● **To do**: Below are the entries. Transcribe exactly the lines from the one with "v 23.221 -2.3 11.239" through the one with "v 21.939 -2.3 10.984", ends included, and leave out all others.

Dataset Start Marker

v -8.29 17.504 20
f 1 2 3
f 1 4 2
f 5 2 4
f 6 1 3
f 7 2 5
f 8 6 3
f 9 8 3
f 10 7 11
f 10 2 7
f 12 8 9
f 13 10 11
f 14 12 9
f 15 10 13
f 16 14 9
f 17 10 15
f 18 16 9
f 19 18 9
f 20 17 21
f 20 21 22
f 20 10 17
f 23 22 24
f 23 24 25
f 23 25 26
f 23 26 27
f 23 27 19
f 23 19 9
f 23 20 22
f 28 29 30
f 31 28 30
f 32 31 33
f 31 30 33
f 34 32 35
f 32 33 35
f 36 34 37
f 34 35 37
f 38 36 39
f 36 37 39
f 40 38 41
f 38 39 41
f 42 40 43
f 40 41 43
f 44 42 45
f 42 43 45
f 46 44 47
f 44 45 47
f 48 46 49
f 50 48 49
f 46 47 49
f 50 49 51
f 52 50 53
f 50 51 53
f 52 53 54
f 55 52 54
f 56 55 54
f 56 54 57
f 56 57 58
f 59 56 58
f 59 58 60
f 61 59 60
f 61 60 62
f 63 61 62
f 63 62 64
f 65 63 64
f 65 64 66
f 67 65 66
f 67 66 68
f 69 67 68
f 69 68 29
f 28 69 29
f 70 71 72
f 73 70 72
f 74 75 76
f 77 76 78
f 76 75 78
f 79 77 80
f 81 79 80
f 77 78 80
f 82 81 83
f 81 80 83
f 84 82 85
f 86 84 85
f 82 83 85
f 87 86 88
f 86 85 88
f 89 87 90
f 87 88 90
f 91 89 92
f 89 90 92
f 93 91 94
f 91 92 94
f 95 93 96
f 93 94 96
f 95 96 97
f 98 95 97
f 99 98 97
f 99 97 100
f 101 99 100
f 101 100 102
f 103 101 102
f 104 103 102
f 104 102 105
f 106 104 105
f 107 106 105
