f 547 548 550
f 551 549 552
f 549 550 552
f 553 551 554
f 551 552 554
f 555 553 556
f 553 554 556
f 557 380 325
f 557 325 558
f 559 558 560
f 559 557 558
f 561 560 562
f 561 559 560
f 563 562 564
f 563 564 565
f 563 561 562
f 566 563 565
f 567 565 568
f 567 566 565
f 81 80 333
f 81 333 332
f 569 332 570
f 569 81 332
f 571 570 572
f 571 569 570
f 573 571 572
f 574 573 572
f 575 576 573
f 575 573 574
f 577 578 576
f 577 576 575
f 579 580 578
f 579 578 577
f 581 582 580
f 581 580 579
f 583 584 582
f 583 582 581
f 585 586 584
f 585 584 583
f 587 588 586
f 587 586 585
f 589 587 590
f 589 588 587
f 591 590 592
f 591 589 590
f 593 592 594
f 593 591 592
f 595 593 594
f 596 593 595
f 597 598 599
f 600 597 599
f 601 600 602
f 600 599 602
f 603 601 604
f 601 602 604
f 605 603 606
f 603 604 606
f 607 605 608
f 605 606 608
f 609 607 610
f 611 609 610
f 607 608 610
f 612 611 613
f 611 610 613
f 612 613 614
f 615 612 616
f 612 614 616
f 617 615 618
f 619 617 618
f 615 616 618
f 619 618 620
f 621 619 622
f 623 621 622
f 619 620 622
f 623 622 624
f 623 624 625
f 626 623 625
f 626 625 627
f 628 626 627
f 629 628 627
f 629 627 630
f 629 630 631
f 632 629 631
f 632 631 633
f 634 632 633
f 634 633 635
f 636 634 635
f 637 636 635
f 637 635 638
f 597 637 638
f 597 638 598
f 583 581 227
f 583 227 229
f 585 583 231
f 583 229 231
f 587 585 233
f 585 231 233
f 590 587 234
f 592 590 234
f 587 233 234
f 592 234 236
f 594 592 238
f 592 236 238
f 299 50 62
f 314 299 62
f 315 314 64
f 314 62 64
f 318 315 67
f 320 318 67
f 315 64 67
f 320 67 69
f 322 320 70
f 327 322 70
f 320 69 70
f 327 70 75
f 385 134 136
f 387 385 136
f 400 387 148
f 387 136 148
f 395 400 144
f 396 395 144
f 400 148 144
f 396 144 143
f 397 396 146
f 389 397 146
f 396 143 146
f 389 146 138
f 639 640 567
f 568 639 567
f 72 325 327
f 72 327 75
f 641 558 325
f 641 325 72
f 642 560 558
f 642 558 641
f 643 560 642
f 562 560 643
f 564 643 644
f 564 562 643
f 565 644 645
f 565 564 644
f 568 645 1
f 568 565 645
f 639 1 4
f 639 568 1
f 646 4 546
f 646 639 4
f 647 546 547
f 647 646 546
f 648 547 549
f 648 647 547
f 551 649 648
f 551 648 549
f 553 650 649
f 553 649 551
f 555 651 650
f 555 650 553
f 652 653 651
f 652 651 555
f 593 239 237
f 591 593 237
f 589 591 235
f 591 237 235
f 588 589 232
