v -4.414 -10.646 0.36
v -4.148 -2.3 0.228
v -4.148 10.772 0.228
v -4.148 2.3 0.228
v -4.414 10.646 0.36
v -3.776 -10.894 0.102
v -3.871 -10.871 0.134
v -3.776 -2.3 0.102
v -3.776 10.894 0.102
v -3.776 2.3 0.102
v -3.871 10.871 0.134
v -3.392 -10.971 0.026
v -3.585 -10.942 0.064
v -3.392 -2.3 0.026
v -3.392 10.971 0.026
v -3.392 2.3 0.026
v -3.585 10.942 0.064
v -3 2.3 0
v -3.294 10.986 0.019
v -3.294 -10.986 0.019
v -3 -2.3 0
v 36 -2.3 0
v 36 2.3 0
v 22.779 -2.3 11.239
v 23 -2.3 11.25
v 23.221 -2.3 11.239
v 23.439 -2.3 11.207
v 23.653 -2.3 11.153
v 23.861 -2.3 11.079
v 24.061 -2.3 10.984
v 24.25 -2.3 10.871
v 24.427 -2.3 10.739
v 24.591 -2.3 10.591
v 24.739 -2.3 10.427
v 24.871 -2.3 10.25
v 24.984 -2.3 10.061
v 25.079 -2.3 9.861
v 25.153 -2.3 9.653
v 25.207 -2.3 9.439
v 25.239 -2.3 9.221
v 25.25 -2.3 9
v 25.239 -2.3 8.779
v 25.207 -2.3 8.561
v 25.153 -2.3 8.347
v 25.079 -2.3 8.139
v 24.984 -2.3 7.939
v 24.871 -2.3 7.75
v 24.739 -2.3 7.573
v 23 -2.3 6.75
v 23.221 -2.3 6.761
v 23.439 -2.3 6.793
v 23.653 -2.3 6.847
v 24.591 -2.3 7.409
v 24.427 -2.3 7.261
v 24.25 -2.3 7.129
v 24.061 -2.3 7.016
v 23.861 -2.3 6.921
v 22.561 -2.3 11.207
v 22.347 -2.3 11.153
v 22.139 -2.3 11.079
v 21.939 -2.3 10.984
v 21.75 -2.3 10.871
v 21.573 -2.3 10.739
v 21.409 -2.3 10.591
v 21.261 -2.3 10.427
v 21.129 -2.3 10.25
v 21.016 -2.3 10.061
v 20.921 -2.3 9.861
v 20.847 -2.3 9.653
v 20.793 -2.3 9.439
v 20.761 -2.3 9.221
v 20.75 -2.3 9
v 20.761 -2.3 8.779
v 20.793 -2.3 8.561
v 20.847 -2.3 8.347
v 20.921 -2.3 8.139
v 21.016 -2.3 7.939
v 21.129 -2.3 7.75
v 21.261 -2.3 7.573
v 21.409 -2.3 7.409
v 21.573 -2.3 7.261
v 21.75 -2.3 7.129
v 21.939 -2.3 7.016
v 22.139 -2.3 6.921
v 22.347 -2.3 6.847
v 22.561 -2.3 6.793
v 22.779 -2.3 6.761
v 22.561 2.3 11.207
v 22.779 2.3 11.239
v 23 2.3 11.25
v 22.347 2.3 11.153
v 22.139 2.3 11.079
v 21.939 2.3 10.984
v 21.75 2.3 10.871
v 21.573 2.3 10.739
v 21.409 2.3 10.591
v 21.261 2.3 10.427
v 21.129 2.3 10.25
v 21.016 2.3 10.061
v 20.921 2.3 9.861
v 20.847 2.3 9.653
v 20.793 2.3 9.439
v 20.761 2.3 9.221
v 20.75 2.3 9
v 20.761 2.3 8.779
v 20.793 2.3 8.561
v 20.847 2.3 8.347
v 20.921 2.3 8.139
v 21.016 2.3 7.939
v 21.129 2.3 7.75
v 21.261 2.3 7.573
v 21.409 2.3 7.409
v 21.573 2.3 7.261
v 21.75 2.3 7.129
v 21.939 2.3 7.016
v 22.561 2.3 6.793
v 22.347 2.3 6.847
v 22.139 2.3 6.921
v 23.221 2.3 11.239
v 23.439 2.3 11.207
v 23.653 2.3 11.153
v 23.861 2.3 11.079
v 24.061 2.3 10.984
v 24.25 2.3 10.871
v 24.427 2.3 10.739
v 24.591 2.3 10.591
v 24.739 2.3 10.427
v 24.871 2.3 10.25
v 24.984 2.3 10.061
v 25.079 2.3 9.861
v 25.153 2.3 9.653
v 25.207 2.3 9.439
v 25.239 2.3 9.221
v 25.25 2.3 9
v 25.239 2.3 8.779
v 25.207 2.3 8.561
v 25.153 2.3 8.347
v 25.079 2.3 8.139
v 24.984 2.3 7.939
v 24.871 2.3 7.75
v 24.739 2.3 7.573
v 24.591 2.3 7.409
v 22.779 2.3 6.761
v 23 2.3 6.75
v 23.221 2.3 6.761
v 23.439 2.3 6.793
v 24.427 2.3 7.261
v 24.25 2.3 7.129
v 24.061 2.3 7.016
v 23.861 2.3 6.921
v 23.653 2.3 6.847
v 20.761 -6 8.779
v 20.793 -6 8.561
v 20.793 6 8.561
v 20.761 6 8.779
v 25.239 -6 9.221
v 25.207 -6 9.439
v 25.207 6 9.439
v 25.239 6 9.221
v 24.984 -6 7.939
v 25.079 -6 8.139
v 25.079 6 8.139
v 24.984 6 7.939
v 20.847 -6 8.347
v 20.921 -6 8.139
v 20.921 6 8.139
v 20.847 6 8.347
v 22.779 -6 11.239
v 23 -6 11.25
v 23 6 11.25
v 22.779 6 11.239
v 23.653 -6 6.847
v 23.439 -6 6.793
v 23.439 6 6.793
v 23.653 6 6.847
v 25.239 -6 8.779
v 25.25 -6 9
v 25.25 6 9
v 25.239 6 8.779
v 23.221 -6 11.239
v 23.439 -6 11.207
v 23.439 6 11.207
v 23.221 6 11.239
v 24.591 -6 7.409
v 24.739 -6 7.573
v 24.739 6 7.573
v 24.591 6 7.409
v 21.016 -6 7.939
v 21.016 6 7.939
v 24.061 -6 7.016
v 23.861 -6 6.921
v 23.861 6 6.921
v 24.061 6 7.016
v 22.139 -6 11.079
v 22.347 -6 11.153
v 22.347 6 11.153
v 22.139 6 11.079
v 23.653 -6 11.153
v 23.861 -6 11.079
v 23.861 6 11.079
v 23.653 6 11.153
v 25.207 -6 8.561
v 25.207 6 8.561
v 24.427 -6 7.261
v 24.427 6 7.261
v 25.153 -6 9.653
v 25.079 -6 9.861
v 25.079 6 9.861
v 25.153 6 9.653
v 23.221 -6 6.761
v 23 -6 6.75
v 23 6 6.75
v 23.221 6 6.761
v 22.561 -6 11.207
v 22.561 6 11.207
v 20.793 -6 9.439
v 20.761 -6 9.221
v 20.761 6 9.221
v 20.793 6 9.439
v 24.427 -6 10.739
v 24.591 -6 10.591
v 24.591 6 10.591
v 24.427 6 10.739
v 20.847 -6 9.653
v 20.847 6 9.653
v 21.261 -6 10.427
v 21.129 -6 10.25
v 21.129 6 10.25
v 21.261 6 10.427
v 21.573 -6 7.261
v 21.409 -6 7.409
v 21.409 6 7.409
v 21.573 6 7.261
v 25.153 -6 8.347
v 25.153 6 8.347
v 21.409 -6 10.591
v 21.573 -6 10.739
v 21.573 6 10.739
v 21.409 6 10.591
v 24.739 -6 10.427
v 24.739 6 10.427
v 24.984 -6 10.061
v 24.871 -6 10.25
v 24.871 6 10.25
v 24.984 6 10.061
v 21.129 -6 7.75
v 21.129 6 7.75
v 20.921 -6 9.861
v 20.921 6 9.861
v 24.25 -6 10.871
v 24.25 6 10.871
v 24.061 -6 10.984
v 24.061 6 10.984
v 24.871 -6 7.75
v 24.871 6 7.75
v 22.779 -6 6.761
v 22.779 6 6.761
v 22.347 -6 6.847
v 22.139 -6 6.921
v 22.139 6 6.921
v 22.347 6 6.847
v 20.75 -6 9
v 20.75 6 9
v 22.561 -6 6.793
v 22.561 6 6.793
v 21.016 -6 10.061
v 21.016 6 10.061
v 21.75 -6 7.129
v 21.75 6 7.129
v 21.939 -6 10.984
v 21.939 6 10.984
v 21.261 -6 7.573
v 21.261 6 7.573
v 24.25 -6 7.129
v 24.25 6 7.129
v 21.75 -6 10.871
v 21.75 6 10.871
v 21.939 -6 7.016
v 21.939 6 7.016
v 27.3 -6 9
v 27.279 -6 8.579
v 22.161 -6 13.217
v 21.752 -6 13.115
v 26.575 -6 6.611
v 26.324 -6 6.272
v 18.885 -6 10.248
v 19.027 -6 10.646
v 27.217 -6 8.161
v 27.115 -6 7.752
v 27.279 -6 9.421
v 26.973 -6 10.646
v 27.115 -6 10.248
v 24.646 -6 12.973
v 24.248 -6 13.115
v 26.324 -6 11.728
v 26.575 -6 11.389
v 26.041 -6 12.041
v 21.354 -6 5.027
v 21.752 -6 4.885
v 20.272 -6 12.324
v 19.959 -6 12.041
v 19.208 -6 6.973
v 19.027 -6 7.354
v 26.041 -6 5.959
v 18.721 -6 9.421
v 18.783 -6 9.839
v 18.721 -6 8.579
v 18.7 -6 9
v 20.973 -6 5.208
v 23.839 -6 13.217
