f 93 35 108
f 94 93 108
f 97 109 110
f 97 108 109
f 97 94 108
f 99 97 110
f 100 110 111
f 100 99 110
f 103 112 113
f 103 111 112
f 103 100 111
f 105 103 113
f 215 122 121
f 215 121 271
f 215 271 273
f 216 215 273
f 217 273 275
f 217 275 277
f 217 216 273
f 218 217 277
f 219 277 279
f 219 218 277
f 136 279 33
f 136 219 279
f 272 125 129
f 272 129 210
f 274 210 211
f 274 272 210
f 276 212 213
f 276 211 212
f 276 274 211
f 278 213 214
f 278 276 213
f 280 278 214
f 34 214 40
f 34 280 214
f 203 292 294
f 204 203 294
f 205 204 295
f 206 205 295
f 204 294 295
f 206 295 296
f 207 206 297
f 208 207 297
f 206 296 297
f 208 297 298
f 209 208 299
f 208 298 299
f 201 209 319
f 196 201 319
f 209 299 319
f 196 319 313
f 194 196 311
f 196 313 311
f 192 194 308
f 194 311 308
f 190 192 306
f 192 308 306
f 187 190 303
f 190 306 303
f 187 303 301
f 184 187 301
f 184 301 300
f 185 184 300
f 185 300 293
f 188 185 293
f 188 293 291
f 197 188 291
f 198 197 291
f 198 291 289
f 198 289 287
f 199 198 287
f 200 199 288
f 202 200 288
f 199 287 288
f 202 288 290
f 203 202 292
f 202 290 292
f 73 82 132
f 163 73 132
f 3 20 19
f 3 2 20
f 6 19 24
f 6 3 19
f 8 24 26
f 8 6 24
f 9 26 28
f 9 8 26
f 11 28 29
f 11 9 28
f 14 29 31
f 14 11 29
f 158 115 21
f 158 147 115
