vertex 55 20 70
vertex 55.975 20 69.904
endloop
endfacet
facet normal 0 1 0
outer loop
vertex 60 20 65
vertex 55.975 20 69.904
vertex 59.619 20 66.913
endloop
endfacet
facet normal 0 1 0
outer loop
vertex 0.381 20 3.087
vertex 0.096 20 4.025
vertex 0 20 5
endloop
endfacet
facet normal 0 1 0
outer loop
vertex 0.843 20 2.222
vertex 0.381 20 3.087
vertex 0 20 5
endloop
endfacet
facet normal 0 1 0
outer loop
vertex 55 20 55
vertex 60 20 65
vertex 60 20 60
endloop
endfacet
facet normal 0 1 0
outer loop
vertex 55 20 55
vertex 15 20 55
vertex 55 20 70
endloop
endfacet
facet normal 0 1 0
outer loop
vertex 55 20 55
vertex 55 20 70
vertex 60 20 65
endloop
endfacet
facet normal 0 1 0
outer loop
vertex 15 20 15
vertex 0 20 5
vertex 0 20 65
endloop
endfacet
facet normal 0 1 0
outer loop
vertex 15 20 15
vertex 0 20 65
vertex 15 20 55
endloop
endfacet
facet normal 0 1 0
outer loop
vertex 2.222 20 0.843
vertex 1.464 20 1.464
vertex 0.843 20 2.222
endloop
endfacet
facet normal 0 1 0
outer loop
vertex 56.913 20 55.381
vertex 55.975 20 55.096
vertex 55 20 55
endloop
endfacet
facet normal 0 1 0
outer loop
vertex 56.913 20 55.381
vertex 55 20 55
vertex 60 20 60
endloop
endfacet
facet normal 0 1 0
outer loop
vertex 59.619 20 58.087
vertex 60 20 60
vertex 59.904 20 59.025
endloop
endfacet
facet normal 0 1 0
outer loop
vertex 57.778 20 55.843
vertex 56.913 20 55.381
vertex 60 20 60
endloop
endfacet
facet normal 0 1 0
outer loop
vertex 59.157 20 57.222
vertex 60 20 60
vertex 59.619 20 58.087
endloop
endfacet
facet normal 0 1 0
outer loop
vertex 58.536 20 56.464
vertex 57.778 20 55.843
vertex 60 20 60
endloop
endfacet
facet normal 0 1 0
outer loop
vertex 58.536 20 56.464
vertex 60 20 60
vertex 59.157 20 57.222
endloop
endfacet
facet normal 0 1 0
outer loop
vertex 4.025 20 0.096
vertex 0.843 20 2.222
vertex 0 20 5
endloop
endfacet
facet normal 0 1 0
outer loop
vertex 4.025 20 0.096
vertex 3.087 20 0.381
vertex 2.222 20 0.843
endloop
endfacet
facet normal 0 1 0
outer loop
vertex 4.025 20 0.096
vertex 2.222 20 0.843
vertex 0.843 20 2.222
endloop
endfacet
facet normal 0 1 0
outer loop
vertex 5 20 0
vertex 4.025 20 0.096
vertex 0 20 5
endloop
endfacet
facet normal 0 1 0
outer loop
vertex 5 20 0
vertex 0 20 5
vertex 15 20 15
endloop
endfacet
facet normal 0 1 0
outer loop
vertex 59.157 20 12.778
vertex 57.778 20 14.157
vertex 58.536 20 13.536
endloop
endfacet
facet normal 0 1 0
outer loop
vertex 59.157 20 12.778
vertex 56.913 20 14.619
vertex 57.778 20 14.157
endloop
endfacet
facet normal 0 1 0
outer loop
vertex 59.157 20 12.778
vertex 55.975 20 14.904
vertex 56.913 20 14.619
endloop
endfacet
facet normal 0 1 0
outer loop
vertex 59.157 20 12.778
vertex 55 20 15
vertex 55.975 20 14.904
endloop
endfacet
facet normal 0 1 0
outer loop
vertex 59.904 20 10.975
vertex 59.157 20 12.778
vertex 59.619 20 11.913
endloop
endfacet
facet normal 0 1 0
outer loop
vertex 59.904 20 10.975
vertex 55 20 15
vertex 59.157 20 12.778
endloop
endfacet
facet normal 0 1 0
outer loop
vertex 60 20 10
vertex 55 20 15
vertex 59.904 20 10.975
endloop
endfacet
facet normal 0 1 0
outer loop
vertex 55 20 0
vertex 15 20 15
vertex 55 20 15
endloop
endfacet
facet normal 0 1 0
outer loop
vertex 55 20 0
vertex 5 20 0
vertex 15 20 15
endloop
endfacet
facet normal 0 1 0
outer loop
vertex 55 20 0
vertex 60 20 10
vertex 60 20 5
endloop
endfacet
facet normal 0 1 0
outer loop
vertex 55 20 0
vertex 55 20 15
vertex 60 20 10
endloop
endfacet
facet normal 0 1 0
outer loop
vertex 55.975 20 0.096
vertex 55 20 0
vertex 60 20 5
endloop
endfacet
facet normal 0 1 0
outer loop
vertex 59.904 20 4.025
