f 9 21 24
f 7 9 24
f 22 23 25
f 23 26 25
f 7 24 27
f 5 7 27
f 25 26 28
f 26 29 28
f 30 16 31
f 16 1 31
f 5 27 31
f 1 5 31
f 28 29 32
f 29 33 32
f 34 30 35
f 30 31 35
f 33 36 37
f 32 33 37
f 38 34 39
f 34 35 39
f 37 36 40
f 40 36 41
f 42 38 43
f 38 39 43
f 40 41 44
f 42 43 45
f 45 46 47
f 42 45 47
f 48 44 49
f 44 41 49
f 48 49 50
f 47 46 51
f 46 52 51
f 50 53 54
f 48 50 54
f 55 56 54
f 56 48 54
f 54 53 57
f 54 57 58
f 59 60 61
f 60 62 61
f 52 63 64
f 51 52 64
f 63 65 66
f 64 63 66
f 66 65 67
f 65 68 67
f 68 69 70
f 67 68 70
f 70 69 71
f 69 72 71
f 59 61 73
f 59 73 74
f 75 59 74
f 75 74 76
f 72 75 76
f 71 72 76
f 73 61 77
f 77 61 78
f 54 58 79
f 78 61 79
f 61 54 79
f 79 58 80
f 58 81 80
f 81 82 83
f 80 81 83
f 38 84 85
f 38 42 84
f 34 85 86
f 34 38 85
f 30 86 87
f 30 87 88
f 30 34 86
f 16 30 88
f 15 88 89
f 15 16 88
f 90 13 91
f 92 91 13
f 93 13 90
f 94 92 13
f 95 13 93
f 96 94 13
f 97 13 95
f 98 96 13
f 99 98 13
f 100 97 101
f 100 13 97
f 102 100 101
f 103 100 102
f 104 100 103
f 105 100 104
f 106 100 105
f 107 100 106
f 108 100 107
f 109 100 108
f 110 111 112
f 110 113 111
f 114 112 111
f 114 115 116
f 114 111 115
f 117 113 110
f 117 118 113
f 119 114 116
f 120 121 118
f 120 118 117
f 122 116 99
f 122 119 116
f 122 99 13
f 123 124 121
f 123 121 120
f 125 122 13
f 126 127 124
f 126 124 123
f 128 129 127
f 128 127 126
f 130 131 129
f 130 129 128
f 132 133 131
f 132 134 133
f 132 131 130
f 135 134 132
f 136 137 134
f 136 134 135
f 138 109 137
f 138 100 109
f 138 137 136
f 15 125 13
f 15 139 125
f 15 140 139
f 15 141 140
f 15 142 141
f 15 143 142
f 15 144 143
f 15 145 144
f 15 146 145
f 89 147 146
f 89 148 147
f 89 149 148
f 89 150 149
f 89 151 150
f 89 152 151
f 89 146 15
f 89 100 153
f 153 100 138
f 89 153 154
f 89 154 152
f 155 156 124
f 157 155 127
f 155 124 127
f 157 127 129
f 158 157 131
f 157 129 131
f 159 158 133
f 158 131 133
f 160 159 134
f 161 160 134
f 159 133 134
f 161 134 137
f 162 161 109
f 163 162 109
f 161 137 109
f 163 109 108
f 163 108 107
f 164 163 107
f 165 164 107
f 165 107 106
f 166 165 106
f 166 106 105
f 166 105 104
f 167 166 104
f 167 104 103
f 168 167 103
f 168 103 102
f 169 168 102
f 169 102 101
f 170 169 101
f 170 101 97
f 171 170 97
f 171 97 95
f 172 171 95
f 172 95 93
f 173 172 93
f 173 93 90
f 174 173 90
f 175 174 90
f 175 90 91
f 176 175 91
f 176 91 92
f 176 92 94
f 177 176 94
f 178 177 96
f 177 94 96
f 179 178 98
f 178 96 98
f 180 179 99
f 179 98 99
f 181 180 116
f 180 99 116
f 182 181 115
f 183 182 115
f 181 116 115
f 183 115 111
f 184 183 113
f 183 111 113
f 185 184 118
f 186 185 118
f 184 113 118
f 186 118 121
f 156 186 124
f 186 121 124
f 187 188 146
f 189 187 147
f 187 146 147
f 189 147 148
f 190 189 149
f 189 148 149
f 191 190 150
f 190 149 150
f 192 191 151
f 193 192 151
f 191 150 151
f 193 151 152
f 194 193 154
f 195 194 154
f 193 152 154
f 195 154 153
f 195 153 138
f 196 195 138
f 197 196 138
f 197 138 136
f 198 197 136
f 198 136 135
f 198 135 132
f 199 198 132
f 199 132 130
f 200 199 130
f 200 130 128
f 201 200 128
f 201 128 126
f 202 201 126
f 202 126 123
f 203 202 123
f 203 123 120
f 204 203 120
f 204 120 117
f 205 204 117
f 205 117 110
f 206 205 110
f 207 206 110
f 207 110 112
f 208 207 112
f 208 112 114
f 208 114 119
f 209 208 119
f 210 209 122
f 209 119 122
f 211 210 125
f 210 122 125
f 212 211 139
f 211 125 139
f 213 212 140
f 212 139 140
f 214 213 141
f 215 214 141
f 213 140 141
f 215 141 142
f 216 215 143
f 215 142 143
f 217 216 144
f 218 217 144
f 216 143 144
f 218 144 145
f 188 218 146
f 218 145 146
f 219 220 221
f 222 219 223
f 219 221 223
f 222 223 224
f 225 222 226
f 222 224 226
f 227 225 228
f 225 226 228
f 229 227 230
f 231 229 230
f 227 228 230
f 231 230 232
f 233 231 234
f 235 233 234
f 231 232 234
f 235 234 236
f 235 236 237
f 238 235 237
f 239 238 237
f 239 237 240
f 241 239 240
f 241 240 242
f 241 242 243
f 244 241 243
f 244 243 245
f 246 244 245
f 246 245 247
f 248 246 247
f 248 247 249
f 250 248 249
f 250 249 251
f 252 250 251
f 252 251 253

Dataset End Marker

● **Result of this task**:
v 23.221 -2.3 11.239
v 23.439 -2.3 11.207
v 23.653 -2.3 11.153
v 23.861 -2.3 11.079
v 24.061 -2.3 10.984
v 24.25 -2.3 10.871
v 24.427 -2.3 10.739
v 24.591 -2.3 10.591
v 24.739 -2.3 10.427
v 24.871 -2.3 10.25
v 24.984 -2.3 10.061
v 25.079 -2.3 9.861
v 25.153 -2.3 9.653
v 25.207 -2.3 9.439
v 25.239 -2.3 9.221
v 25.25 -2.3 9
v 25.239 -2.3 8.779
v 25.207 -2.3 8.561
v 25.153 -2.3 8.347
v 25.079 -2.3 8.139
v 24.984 -2.3 7.939
v 24.871 -2.3 7.75
v 24.739 -2.3 7.573
v 23 -2.3 6.75
v 23.221 -2.3 6.761
v 23.439 -2.3 6.793
v 23.653 -2.3 6.847
v 24.591 -2.3 7.409
v 24.427 -2.3 7.261
v 24.25 -2.3 7.129
v 24.061 -2.3 7.016
v 23.861 -2.3 6.921
v 22.561 -2.3 11.207
v 22.347 -2.3 11.153
v 22.139 -2.3 11.079
v 21.939 -2.3 10.984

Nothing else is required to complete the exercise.